Yes, it left a slightly bitter after taste. Yes I'd have liked local
businesses to be able to cash in to some extent on the Olympics. But
seriously, it was a great event, something I will probably never see again in
my lifetime and I'm glad to have witnessed it.

Unfortunately it would be really difficult to put on an event of such
magnitude without sponsorship, and if everyone can associate themselves with
the games then I'm sure that would ultimately reduce the value of that
sponsorship.

------
sageikosa
Basically a competition between countries with large populations to pull
athletes from, those with well-funded training programs, and Usain Bolt.
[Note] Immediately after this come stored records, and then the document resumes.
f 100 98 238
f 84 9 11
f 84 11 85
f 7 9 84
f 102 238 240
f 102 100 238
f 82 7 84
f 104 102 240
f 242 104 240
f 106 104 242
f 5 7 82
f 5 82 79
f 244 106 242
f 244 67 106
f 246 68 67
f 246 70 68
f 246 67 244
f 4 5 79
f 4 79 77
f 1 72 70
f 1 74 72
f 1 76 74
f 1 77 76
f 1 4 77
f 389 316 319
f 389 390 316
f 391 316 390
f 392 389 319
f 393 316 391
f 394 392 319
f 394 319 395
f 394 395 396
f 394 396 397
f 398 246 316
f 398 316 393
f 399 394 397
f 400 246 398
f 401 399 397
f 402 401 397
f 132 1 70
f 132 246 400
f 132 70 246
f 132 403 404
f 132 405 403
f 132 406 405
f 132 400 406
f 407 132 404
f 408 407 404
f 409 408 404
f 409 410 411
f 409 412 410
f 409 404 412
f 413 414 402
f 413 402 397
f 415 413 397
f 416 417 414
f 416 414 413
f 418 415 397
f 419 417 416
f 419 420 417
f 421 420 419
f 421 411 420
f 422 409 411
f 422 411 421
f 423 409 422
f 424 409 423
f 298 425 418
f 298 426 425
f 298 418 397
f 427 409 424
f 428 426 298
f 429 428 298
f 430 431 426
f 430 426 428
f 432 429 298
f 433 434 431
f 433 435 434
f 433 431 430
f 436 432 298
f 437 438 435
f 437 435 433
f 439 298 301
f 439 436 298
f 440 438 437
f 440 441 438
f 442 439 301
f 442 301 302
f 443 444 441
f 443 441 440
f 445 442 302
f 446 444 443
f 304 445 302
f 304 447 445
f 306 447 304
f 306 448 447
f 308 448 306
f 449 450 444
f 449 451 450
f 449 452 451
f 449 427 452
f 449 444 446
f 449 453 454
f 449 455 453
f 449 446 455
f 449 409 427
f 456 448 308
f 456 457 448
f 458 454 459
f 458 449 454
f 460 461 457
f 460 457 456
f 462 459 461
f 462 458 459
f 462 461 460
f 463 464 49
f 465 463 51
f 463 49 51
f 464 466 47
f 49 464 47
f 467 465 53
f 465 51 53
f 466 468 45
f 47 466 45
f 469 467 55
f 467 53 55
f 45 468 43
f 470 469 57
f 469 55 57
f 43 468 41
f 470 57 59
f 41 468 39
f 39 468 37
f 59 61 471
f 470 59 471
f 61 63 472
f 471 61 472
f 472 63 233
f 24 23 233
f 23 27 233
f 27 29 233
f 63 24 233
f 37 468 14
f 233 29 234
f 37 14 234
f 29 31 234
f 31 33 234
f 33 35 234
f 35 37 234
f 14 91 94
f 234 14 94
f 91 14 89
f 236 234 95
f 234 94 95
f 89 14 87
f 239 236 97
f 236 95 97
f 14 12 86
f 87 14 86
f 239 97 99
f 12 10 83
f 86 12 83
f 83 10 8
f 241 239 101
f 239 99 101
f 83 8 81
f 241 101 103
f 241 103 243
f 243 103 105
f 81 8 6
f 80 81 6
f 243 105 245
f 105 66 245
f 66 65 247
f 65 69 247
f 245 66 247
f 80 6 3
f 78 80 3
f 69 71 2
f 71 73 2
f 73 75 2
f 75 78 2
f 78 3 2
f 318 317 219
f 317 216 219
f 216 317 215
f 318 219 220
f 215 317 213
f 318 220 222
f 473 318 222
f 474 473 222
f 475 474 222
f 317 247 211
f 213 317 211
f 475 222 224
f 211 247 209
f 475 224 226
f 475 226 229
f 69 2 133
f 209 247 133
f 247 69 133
Other
than the fact that the local NBC affiliate pushed it hard, and we tuned in to
see if David Tennant would light the torch (time can be rewritten) I can't say
that I paid much attention.

------
macspoofing
Agreed. I had a lot of trouble finding relevant Olympic video online. For
example, it took a good amount of searching to find some clips of the
Badminton scandal, even a day after the occurrence. Youtube was particularly
unhelpful as, I'm sure, it was policed extra hard.

------
hcarvalhoalves
What ruined the Olympics and still ruins pretty much all good things related
to copyright is putting money above everything else.

------
DanLivesHere
Huh.

I really liked the Olympics. And almost all the "normals" I know did, too.